His legs uncrossed. “Lieutenant Sturgis really thinks this could be related to an L.A. case?”

“Hard to say. The main link is a stolen black car.”

“Mercedes and Bentley, yeah, he told me. The original GTA filing on the Lincoln is under Santa Barbara’s jurisdiction ’cause the car was taken there. I checked and it’s archived. All I could find is a basic theft-recovery report. By the time the tags were linked to that Clint Eastwood-type loiterer, the vehicle had been cleaned and rerented, had over a hundred new miles on it. No probable cause to examine it, so that was that. In terms of people who might remember, I asked around, and, sure, anyone with a working memory recalls the case. This was the first homicide in forty years. But no one has any details about the loiterer beyond tall white male, long coat, cowboy hat. And I can’t find anyone who actually saw him.”

“Mysterious stranger.”

“We don’t get too many visitors and I doubt nine years ago was any different ’cause that’s still after the highway reroute. There’s nothing really connecting this individual to the crime other than his hanging around and no one knowing him.”

“The coat and the hat could’ve been a disguise,” I said.

“I guess.”

“Any way he could’ve been a local?”

“No way, Doctor. This is a real small town.”

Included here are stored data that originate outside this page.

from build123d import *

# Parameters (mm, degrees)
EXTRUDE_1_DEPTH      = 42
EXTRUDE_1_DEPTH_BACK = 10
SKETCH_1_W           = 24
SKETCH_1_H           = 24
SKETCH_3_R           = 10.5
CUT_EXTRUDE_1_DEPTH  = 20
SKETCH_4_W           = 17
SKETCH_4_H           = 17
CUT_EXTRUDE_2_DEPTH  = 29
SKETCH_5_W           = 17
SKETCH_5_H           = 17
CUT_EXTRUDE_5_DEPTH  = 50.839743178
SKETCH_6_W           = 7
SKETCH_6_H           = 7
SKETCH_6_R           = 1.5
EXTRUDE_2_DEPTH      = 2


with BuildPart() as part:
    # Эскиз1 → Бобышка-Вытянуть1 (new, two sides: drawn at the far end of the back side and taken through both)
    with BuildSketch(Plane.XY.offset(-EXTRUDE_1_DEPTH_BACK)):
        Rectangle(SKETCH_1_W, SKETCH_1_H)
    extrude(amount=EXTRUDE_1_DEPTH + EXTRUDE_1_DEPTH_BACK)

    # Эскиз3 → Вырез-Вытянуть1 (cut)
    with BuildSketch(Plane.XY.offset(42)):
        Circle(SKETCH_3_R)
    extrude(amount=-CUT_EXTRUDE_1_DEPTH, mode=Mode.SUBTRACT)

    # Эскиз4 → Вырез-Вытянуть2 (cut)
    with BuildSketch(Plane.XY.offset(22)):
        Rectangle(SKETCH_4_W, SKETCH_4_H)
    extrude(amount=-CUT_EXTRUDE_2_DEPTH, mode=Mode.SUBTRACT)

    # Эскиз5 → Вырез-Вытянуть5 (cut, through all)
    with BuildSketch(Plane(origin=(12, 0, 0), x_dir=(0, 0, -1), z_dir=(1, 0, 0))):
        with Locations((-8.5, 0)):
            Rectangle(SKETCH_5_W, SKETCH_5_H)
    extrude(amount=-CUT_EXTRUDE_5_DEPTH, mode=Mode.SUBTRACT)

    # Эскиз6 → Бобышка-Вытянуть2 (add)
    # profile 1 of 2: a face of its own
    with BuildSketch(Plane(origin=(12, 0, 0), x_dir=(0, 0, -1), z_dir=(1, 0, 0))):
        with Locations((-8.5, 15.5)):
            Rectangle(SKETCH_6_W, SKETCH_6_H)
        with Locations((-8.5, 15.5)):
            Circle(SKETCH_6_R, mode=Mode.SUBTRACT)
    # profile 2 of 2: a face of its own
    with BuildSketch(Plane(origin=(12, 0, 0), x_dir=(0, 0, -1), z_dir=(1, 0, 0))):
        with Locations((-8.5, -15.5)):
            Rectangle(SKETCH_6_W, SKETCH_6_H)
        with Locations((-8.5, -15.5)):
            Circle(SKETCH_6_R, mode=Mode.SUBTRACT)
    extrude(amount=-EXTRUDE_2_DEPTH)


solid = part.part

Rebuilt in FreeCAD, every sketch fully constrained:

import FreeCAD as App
import Part
import Sketcher
from FreeCAD import Vector

doc = App.newDocument("Part")
body = doc.addObject("PartDesign::Body", "Body")

sketch1 = body.newObject("Sketcher::SketchObject", "Sketch")
sketch1.AttachmentSupport = (doc.getObject("XY_Plane"), [""])
sketch1.MapMode = "FlatFace"
sketch1.addGeometry([
    Part.LineSegment(Vector(-12, 12, 0), Vector(-12, -12, 0)),
    Part.LineSegment(Vector(-12, -12, 0), Vector(12, -12, 0)),
    Part.LineSegment(Vector(12, -12, 0), Vector(12, 12, 0)),
    Part.LineSegment(Vector(12, 12, 0), Vector(-12, 12, 0)),
], False)
sketch1.addConstraint([
    Sketcher.Constraint("Coincident", 0, 2, 1, 1),
    Sketcher.Constraint("Coincident", 1, 2, 2, 1),
    Sketcher.Constraint("Coincident", 2, 2, 3, 1),
    Sketcher.Constraint("Coincident", 3, 2, 0, 1),
    Sketcher.Constraint("Vertical", 0),
    Sketcher.Constraint("Horizontal", 1),
    Sketcher.Constraint("Vertical", 2),
    Sketcher.Constraint("Horizontal", 3),
    Sketcher.Constraint("Symmetric", 0, 2, 2, 2, -1, 1),
    Sketcher.Constraint("Equal", 3, 0),
    Sketcher.Constraint("DistanceX", 1, 1, 1, 2, 24.0),
])
pad1 = body.newObject("PartDesign::Pad", "Pad")
pad1.Profile = sketch1
pad1.Type = "TwoLengths"
pad1.Length = 42
pad1.Length2 = 10

sketch2 = body.newObject("Sketcher::SketchObject", "Sketch001")
sketch2.AttachmentSupport = (doc.getObject("XY_Plane"), [""])
sketch2.MapMode = "FlatFace"
sketch2.AttachmentOffset = App.Placement(Vector(0, 0, 42), App.Rotation())
sketch2.addGeometry(Part.Circle(Vector(0, 0, 0), Vector(0, 0, 1), 10.5), False)
sketch2.addConstraint([
    Sketcher.Constraint("Coincident", 0, 3, -1, 1),
    Sketcher.Constraint("Diameter", 0, 21.0),
])
pocket1 = body.newObject("PartDesign::Pocket", "Pocket")
pocket1.Profile = sketch2
pocket1.Length = 20

sketch3 = body.newObject("Sketcher::SketchObject", "Sketch002")
sketch3.AttachmentSupport = (doc.getObject("XY_Plane"), [""])
sketch3.MapMode = "FlatFace"
sketch3.AttachmentOffset = App.Placement(Vector(0, 0, 22), App.Rotation())
sketch3.addGeometry([
    Part.LineSegment(Vector(-8.5, 8.5, 0), Vector(-8.5, -8.5, 0)),
    Part.LineSegment(Vector(-8.5, -8.5, 0), Vector(8.5, -8.5, 0)),
    Part.LineSegment(Vector(8.5, -8.5, 0), Vector(8.5, 8.5, 0)),
    Part.LineSegment(Vector(8.5, 8.5, 0), Vector(-8.5, 8.5, 0)),
], False)
sketch3.addConstraint([
    Sketcher.Constraint("Coincident", 0, 2, 1, 1),
    Sketcher.Constraint("Coincident", 1, 2, 2, 1),
    Sketcher.Constraint("Coincident", 2, 2, 3, 1),
    Sketcher.Constraint("Coincident", 3, 2, 0, 1),
    Sketcher.Constraint("Vertical", 0),
    Sketcher.Constraint("Horizontal", 1),
    Sketcher.Constraint("Vertical", 2),
    Sketcher.Constraint("Horizontal", 3),
    Sketcher.Constraint("Symmetric", 0, 2, 2, 2, -1, 1),
    Sketcher.Constraint("Equal", 3, 0),
    Sketcher.Constraint("DistanceX", 1, 1, 1, 2, 17.0),
])
pocket2 = body.newObject("PartDesign::Pocket", "Pocket001")
pocket2.Profile = sketch3
pocket2.Length = 29

sketch4 = body.newObject("Sketcher::SketchObject", "Sketch003")
sketch4.AttachmentSupport = (doc.getObject("YZ_Plane"), [""])
sketch4.MapMode = "FlatFace"
sketch4.AttachmentOffset = App.Placement(Vector(0, 0, 12), App.Rotation())
sketch4.addGeometry([
    Part.LineSegment(Vector(8.5, 17, 0), Vector(-8.5, 17, 0)),
    Part.LineSegment(Vector(-8.5, 17, 0), Vector(-8.5, 0, 0)),
    Part.LineSegment(Vector(-8.5, 0, 0), Vector(8.5, 0, 0)),
    Part.LineSegment(Vector(8.5, 0, 0), Vector(8.5, 17, 0)),
], False)
sketch4.addConstraint([
    Sketcher.Constraint("Coincident", 0, 2, 1, 1),
    Sketcher.Constraint("Coincident", 1, 2, 2, 1),
    Sketcher.Constraint("Coincident", 2, 2, 3, 1),
    Sketcher.Constraint("Coincident", 3, 2, 0, 1),
    Sketcher.Constraint("Horizontal", 0),
    Sketcher.Constraint("Vertical", 1),
    Sketcher.Constraint("Horizontal", 2),
    Sketcher.Constraint("Vertical", 3),
    Sketcher.Constraint("Symmetric", 1, 2, 2, 2, -1, 1),
    Sketcher.Constraint("Equal", 2, 1),
    Sketcher.Constraint("DistanceX", 0, 2, 0, 1, 17.0),
])
pocket3 = body.newObject("PartDesign::Pocket", "Pocket002")
pocket3.Profile = sketch4
pocket3.Type = "ThroughAll"

sketch5 = body.newObject("Sketcher::SketchObject", "Sketch004")
sketch5.AttachmentSupport = (doc.getObject("YZ_Plane"), [""])
sketch5.MapMode = "FlatFace"
sketch5.AttachmentOffset = App.Placement(Vector(0, 0, 12), App.Rotation())
sketch5.addGeometry([
    Part.LineSegment(Vector(19, 12, 0), Vector(12, 12, 0)),
    Part.LineSegment(Vector(12, 12, 0), Vector(12, 5, 0)),
    Part.LineSegment(Vector(12, 5, 0), Vector(19, 5, 0)),
    Part.LineSegment(Vector(19, 5, 0), Vector(19, 12, 0)),
    Part.Circle(Vector(15.5, 8.5, 0), Vector(0, 0, 1), 1.5),
    Part.LineSegment(Vector(-12, 12, 0), Vector(-19, 12, 0)),
    Part.LineSegment(Vector(-19, 12, 0), Vector(-19, 5, 0)),
    Part.LineSegment(Vector(-19, 5, 0), Vector(-12, 5, 0)),
    Part.LineSegment(Vector(-12, 5, 0), Vector(-12, 12, 0)),
    Part.Circle(Vector(-15.5, 8.5, 0), Vector(0, 0, 1), 1.5),
], False)
sketch5.addConstraint([
    Sketcher.Constraint("Coincident", 0, 2, 1, 1),
    Sketcher.Constraint("Coincident", 1, 2, 2, 1),
    Sketcher.Constraint("Coincident", 2, 2, 3, 1),
    Sketcher.Constraint("Coincident", 3, 2, 0, 1),
    Sketcher.Constraint("Coincident", 5, 2, 6, 1),
    Sketcher.Constraint("Coincident", 6, 2, 7, 1),
    Sketcher.Constraint("Coincident", 7, 2, 8, 1),
    Sketcher.Constraint("Coincident", 8, 2, 5, 1),
    Sketcher.Constraint("Horizontal", 0),
    Sketcher.Constraint("Vertical", 1),
    Sketcher.Constraint("Horizontal", 2),
    Sketcher.Constraint("Vertical", 3),
    Sketcher.Constraint("Horizontal", 5),
    Sketcher.Constraint("Vertical", 6),
    Sketcher.Constraint("Horizontal", 7),
    Sketcher.Constraint("Vertical", 8),
    Sketcher.Constraint("Equal", 4, 9),
    Sketcher.Constraint("Symmetric", 4, 3, 9, 3, -2),
    Sketcher.Constraint("Symmetric", 3, 2, 5, 2, -2),
    Sketcher.Constraint("Symmetric", 1, 2, 7, 2, -2),
    Sketcher.Constraint("Equal", 7, 1),
    Sketcher.Constraint("Diameter", 4, 3.0),
    Sketcher.Constraint("DistanceX", 0, 2, 0, 1, 7.0),
    Sketcher.Constraint("DistanceX", -1, 1, 0, 2, 12.0),
    Sketcher.Constraint("DistanceY", -1, 1, 0, 2, 12.0),
    Sketcher.Constraint("DistanceX", 9, 3, 4, 3, 31.0),
    Sketcher.Constraint("DistanceY", -1, 1, 4, 3, 8.5),
])
pad2 = body.newObject("PartDesign::Pad", "Pad001")
pad2.Profile = sketch5
pad2.Length = 2
pad2.Reversed = True

doc.recompute()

He sipped his coffee. “Hate to say it, but the whole thing sounds pretty frozen to me. Maybe I’ll make up an ending and put it in my book.”

“Beats reality,” I said.

He tapped his keyboard. “What you do sounds interesting. Maybe I could pick your brain sometime.”

“Sure. I noticed a salon on this side of the street. Was that originally Leonora Bright’s place?”

“Nope, Cozy Coiffure replaced something else – restaurant, I think. The Ramirez family runs that place. Estella and Ramon, no kids. They moved here from Ventura three years after Leonora got murdered. Took that long for the town to get anyone, running ads in other towns’ papers. Before that, folks had to drive to Los Alamos to get trimmed. The crime scene was the last store as you leave town. Want to have a look? I could use a stretch.”

We left the office and crossed the street. I asked him about Ojo Negro local government.

He said, “No mayor, no city council, we just rely on the county. Basically our issues are county issues, we’re kind of a stepchild to Los Alamos or anyone else who’ll have us.”

“How many residents?”

“Sign says a thousand but it’s much less. I’d guess two hundred, tops. The way we’re going, soon there’ll be nothing left – okay, here we are.”

He’d stopped in front of one of the boarded storefronts. Original pink stucco peeked through the flaking cocoa-brown repaint, patchy and florid, like a skin disease.

“Who owns it?”

“Condemned by the county, county never got around to auctioning it, no one seems to want it.”